(RECORDS FOR THIS EXERCISE)

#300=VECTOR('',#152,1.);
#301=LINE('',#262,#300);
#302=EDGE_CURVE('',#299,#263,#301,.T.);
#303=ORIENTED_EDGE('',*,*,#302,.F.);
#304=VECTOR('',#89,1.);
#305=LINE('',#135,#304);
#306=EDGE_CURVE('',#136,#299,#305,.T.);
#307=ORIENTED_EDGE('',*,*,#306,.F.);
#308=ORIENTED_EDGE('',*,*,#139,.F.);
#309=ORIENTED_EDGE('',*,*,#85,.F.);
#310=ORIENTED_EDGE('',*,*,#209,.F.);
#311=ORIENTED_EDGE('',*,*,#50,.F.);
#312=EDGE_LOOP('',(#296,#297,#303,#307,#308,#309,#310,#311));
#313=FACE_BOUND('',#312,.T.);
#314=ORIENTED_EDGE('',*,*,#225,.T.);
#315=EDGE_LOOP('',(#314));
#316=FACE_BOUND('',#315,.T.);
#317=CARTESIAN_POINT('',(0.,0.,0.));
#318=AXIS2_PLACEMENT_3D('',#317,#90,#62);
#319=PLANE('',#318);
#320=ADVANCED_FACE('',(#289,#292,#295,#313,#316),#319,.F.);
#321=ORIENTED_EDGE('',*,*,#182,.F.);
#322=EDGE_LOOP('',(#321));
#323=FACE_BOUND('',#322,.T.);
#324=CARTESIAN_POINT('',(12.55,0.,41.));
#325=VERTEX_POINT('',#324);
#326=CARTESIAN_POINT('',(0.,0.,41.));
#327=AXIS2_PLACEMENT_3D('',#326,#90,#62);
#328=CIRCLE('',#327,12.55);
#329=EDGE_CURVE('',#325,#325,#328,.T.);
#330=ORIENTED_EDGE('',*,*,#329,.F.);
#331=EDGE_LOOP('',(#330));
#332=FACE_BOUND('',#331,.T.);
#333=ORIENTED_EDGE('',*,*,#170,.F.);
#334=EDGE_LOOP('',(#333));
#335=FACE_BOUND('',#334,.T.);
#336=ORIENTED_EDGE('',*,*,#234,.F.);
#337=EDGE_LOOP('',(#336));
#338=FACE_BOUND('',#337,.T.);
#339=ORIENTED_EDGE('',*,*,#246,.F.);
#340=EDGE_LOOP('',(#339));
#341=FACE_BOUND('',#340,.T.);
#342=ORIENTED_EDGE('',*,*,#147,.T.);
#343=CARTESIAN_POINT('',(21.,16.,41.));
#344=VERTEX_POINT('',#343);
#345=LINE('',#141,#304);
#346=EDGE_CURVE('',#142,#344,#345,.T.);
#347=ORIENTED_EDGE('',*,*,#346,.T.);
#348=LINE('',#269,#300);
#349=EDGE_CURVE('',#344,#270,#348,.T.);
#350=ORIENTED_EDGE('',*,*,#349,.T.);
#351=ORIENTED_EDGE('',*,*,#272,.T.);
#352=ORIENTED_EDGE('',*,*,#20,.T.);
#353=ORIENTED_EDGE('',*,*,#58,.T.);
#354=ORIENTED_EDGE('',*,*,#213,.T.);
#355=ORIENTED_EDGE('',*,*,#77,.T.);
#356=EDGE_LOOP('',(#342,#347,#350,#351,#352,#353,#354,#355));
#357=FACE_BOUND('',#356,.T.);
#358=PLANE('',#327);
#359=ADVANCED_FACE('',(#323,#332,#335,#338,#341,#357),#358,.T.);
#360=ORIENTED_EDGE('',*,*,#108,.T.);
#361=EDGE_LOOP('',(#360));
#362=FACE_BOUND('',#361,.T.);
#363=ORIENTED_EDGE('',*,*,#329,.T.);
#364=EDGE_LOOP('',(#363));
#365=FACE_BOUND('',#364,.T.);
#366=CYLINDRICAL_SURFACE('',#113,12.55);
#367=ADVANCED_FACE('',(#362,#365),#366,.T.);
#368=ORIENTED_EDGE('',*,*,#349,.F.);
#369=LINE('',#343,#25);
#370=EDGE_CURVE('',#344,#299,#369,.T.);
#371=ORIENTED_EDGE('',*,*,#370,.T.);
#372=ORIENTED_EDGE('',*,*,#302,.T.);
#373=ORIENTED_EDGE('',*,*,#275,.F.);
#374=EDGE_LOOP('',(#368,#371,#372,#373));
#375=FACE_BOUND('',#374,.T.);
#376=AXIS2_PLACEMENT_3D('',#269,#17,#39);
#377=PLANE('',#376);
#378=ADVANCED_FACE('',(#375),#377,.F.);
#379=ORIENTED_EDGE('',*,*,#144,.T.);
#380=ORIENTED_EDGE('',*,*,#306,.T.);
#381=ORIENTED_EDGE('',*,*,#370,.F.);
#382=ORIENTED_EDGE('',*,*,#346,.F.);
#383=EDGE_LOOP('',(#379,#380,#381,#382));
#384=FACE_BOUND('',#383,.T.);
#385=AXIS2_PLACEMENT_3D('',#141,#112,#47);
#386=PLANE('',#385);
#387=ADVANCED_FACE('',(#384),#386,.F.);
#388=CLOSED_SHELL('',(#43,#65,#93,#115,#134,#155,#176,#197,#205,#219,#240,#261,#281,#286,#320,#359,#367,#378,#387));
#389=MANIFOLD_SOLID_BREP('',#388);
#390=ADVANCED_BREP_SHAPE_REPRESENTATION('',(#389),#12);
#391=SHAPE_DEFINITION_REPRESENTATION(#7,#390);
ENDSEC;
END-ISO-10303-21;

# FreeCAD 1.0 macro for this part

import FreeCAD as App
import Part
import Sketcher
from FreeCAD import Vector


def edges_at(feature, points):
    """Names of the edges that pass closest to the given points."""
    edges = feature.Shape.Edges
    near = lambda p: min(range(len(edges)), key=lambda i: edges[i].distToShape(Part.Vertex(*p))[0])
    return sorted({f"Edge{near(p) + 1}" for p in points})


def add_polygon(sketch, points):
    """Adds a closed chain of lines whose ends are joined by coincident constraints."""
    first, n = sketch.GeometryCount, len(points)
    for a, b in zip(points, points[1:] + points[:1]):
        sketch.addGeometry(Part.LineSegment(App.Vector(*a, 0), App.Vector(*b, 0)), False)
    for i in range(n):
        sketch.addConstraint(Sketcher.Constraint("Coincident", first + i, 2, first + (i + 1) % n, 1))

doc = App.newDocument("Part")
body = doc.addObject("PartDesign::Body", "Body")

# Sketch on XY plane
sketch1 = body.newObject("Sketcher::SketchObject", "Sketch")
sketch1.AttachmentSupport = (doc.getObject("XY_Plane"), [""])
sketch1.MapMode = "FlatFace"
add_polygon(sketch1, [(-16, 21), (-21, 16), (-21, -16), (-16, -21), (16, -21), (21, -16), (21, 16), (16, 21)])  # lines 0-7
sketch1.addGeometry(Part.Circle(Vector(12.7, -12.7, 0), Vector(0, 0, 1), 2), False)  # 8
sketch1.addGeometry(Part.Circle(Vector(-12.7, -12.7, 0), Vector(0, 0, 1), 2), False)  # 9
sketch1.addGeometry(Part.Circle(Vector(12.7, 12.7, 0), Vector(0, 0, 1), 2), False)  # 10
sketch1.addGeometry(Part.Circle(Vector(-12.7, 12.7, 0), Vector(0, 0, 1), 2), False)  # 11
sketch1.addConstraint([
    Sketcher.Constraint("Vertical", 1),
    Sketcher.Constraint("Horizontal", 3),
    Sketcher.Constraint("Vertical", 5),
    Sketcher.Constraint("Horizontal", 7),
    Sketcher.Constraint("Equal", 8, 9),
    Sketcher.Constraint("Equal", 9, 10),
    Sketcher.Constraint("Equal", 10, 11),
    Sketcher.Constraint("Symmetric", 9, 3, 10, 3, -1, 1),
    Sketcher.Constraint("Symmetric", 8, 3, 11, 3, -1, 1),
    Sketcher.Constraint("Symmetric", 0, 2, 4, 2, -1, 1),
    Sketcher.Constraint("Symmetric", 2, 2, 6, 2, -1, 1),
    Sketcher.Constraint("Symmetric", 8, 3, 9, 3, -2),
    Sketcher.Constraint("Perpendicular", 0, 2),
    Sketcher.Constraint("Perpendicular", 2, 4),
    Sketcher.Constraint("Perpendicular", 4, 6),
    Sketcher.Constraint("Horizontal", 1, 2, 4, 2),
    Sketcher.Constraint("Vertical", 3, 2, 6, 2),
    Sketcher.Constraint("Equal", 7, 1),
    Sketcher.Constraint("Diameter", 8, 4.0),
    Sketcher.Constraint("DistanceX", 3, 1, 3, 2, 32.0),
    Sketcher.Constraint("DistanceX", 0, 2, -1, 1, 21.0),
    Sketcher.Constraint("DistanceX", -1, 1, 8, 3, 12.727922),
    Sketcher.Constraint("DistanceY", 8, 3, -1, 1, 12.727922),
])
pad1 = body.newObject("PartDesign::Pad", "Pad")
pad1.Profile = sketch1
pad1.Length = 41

(End RECORDS FOR THIS EXERCISE)

» **PROBLEM DETAILS**:
What lines of the listing contain the word "addConstraint"? Copy them all.

» **SOLVED EXERCISE**:
        sketch.addConstraint(Sketcher.Constraint("Coincident", first + i, 2, first + (i + 1) % n, 1))
sketch1.addConstraint([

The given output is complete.